### WHAT YOU HAVE TO DO
Each line starting at the one that contains "f 143 47 141" and ending at the one that contains "f 213 211 208" must be returned exactly, and the rest of the listing is left out.

### MATERIAL PROVIDED
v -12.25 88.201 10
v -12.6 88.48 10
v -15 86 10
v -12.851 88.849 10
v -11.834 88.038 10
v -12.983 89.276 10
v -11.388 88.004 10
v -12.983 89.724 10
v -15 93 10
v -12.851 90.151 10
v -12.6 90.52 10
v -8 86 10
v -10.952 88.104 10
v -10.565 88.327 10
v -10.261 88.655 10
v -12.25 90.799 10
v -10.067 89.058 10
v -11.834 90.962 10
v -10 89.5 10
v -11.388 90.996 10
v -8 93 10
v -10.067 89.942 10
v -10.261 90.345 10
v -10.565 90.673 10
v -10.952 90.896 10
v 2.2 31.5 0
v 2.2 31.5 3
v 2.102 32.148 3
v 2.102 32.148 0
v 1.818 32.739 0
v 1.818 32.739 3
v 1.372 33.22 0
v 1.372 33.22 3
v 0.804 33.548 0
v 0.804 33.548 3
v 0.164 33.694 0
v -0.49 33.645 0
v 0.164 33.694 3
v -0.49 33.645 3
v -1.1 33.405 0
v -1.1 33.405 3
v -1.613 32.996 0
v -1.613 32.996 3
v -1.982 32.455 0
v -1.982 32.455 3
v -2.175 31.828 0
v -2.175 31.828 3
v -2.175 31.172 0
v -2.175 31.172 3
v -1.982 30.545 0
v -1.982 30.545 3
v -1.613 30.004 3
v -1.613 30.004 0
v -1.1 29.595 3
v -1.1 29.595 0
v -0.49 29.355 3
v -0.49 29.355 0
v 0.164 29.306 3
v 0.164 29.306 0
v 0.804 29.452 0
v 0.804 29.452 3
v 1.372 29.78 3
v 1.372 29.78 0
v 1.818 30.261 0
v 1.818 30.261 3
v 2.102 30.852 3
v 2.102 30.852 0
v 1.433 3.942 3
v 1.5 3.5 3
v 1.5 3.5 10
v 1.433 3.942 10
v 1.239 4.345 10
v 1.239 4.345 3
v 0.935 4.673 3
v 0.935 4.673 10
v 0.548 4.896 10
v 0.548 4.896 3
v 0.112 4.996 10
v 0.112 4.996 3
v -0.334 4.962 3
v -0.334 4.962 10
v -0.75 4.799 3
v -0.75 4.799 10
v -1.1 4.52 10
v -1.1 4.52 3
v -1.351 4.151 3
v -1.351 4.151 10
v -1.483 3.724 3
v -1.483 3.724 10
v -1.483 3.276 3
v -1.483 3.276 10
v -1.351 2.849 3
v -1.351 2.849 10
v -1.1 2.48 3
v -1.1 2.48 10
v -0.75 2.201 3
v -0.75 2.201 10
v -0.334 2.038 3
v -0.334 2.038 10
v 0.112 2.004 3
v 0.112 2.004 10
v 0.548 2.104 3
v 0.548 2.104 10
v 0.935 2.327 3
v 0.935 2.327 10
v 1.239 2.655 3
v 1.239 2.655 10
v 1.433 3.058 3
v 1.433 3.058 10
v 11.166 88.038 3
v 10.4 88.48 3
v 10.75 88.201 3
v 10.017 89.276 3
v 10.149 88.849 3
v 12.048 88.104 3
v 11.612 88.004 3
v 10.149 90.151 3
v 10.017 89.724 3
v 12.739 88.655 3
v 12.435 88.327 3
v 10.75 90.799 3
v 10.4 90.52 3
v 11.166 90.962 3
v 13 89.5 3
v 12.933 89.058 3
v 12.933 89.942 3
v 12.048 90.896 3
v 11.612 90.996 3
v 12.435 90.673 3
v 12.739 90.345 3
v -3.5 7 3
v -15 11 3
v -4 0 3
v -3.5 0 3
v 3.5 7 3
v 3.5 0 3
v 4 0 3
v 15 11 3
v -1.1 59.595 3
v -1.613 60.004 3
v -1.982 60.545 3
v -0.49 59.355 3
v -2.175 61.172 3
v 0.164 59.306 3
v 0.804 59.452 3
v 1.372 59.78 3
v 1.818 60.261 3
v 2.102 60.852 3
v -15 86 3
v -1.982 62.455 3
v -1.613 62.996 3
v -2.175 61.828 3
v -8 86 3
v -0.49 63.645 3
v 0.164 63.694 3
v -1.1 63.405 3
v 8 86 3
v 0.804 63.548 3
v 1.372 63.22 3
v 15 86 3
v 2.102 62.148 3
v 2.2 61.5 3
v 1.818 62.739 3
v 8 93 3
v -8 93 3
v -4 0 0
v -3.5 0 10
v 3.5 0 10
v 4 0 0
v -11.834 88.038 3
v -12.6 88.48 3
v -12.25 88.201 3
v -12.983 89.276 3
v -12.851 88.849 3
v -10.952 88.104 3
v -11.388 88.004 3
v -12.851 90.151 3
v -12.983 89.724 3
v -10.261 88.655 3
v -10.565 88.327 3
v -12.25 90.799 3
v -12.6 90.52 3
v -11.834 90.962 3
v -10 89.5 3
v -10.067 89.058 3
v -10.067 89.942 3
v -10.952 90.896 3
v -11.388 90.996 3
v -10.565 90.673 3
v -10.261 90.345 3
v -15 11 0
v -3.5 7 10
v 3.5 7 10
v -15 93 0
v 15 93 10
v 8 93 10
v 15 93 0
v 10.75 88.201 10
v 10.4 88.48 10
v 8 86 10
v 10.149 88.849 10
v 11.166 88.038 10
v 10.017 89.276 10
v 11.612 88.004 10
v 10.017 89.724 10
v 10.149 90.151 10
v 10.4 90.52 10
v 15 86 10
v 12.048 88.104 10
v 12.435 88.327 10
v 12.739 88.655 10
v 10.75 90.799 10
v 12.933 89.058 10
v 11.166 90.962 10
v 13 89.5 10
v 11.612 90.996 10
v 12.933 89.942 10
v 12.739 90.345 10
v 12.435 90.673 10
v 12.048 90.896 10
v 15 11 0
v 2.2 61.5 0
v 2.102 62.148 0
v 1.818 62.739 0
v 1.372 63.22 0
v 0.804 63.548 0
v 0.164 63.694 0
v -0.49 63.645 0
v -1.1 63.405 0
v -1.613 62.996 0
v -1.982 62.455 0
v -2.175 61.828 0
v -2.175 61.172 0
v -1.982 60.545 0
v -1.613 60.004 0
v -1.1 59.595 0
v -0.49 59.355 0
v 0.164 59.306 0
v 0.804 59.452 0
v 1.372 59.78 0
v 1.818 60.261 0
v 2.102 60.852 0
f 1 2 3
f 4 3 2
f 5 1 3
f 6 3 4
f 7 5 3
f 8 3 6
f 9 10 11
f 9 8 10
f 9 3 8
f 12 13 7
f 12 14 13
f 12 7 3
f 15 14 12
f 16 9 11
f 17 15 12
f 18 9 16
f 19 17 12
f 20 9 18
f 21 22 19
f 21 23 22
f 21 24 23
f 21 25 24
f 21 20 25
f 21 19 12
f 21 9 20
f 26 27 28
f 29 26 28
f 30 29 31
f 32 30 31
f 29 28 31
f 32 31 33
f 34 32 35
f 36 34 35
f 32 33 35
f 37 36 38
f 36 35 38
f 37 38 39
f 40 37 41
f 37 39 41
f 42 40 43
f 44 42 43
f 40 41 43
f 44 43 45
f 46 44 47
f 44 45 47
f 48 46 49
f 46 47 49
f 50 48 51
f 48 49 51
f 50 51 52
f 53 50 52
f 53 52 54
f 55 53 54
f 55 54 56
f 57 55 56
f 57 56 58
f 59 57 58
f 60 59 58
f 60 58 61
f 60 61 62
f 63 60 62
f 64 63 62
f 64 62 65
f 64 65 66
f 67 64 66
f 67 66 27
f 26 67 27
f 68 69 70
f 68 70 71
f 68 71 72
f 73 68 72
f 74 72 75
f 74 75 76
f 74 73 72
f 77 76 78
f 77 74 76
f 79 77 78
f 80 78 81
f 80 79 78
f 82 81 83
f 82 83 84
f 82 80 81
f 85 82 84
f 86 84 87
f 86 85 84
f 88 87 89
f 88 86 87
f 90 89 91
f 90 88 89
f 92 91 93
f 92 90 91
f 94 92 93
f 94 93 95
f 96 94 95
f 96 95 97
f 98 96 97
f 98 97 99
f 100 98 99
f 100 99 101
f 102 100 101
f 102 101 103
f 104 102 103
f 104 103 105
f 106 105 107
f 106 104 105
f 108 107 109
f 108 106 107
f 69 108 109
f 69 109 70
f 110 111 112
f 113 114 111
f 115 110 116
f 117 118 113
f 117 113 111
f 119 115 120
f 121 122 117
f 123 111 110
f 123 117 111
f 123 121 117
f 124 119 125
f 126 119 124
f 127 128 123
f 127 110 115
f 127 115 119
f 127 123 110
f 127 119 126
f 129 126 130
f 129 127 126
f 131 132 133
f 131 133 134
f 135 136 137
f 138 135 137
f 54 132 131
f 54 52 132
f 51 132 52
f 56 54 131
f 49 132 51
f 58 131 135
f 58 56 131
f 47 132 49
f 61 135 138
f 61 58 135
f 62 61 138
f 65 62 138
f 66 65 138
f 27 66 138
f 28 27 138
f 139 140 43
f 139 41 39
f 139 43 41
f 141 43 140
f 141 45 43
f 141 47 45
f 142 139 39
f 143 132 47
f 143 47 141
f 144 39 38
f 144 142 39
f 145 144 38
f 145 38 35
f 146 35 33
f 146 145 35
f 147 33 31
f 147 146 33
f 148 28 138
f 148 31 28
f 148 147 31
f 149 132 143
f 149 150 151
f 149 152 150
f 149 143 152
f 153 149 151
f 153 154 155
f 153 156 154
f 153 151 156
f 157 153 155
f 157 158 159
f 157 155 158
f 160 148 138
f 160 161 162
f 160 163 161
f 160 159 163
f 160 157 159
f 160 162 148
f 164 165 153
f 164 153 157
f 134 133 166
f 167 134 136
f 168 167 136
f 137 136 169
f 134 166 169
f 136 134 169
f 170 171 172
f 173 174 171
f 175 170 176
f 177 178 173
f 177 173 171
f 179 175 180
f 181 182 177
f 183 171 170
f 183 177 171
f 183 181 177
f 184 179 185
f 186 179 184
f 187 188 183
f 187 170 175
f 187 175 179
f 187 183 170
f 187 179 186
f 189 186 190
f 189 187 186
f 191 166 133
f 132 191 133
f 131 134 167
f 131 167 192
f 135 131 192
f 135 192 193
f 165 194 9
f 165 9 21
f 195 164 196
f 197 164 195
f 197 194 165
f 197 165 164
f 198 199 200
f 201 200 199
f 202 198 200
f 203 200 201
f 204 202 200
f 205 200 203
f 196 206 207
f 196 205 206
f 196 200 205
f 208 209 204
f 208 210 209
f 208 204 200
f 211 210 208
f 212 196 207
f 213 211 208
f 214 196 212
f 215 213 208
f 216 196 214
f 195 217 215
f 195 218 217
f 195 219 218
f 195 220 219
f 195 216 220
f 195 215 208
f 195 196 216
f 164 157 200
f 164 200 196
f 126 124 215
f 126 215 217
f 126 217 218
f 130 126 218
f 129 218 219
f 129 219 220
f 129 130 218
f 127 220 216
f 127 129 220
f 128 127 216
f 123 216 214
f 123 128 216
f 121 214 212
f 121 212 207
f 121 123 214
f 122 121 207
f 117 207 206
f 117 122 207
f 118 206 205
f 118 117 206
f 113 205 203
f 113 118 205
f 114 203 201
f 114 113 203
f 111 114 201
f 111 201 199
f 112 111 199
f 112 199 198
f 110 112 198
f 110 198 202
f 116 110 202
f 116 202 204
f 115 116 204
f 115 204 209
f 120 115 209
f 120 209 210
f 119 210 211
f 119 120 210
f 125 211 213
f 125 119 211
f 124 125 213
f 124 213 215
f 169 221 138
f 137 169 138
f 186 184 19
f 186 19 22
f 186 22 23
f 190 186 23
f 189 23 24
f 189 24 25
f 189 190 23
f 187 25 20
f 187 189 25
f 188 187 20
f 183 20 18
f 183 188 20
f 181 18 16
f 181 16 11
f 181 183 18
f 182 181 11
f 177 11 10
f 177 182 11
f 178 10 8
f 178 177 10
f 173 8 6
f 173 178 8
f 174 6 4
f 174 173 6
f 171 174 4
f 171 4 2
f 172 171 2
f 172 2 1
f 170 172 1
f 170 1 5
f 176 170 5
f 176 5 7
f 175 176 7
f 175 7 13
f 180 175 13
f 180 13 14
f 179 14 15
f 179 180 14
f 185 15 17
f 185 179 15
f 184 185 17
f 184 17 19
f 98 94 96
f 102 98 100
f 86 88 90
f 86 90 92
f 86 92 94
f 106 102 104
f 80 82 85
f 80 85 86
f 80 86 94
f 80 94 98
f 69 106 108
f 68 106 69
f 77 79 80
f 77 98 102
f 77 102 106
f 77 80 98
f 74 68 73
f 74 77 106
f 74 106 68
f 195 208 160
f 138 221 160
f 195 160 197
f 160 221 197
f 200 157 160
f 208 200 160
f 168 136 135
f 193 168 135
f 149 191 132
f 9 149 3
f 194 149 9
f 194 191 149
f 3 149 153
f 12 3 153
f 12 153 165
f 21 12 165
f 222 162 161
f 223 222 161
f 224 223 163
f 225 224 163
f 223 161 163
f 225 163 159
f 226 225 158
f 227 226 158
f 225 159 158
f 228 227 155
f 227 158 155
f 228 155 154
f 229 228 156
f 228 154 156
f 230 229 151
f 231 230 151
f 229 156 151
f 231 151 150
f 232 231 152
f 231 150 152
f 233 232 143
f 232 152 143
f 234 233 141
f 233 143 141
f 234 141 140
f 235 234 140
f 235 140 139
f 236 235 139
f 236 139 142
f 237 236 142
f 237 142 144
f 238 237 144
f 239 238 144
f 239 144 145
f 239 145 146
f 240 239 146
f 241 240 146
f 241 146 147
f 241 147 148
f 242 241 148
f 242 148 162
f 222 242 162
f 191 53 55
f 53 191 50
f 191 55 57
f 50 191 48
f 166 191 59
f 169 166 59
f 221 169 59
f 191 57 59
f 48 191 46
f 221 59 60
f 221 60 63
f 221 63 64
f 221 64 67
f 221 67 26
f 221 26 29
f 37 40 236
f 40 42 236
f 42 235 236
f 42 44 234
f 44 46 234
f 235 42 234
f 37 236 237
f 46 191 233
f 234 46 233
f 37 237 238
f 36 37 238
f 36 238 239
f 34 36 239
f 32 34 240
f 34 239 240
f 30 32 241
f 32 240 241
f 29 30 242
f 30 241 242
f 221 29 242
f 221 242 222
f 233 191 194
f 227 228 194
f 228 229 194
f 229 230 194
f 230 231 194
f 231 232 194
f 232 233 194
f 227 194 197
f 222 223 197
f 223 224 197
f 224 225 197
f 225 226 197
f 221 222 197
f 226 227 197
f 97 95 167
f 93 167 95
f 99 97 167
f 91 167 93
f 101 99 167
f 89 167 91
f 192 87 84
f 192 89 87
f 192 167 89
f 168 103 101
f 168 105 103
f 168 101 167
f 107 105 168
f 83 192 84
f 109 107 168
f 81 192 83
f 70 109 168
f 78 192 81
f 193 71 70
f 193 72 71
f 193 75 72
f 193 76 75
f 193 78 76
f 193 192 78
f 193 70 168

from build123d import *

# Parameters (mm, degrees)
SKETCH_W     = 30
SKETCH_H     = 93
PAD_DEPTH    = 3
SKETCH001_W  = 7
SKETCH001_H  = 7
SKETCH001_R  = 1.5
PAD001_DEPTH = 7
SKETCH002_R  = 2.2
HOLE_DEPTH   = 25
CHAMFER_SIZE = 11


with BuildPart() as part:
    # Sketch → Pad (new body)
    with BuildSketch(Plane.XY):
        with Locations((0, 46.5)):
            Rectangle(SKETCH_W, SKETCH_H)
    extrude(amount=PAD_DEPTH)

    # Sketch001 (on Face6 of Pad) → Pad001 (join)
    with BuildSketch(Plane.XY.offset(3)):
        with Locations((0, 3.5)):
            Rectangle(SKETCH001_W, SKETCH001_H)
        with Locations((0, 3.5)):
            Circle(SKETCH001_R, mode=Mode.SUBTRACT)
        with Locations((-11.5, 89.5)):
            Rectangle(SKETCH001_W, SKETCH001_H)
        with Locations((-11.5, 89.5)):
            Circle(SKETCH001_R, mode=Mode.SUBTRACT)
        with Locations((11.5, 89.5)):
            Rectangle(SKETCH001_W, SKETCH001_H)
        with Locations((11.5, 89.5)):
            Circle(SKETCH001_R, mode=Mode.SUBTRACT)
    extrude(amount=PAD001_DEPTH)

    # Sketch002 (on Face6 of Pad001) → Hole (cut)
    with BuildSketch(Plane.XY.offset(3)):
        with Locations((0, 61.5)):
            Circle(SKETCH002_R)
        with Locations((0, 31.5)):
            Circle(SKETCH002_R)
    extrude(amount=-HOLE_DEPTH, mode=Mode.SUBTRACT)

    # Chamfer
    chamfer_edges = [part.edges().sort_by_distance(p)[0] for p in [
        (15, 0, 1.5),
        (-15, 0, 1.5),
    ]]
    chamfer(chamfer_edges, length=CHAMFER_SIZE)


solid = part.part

### TASK RESPONSE
f 143 47 141
f 144 39 38
f 144 142 39
f 145 144 38
f 145 38 35
f 146 35 33
f 146 145 35
f 147 33 31
f 147 146 33
f 148 28 138
f 148 31 28
f 148 147 31
f 149 132 143
f 149 150 151
f 149 152 150
f 149 143 152
f 153 149 151
f 153 154 155
f 153 156 154
f 153 151 156
f 157 153 155
f 157 158 159
f 157 155 158
f 160 148 138
f 160 161 162
f 160 163 161
f 160 159 163
f 160 157 159
f 160 162 148
f 164 165 153
f 164 153 157
f 134 133 166
f 167 134 136
f 168 167 136
f 137 136 169
f 134 166 169
f 136 134 169
f 170 171 172
f 173 174 171
f 175 170 176
f 177 178 173
f 177 173 171
f 179 175 180
f 181 182 177
f 183 171 170
f 183 177 171
f 183 181 177
f 184 179 185
f 186 179 184
f 187 188 183
f 187 170 175
f 187 175 179
f 187 183 170
f 187 179 186
f 189 186 190
f 189 187 186
f 191 166 133
f 132 191 133
f 131 134 167
f 131 167 192
f 135 131 192
f 135 192 193
f 165 194 9
f 165 9 21
f 195 164 196
f 197 164 195
f 197 194 165
f 197 165 164
f 198 199 200
f 201 200 199
f 202 198 200
f 203 200 201
f 204 202 200
f 205 200 203
f 196 206 207
f 196 205 206
f 196 200 205
f 208 209 204
f 208 210 209
f 208 204 200
f 211 210 208
f 212 196 207
f 213 211 208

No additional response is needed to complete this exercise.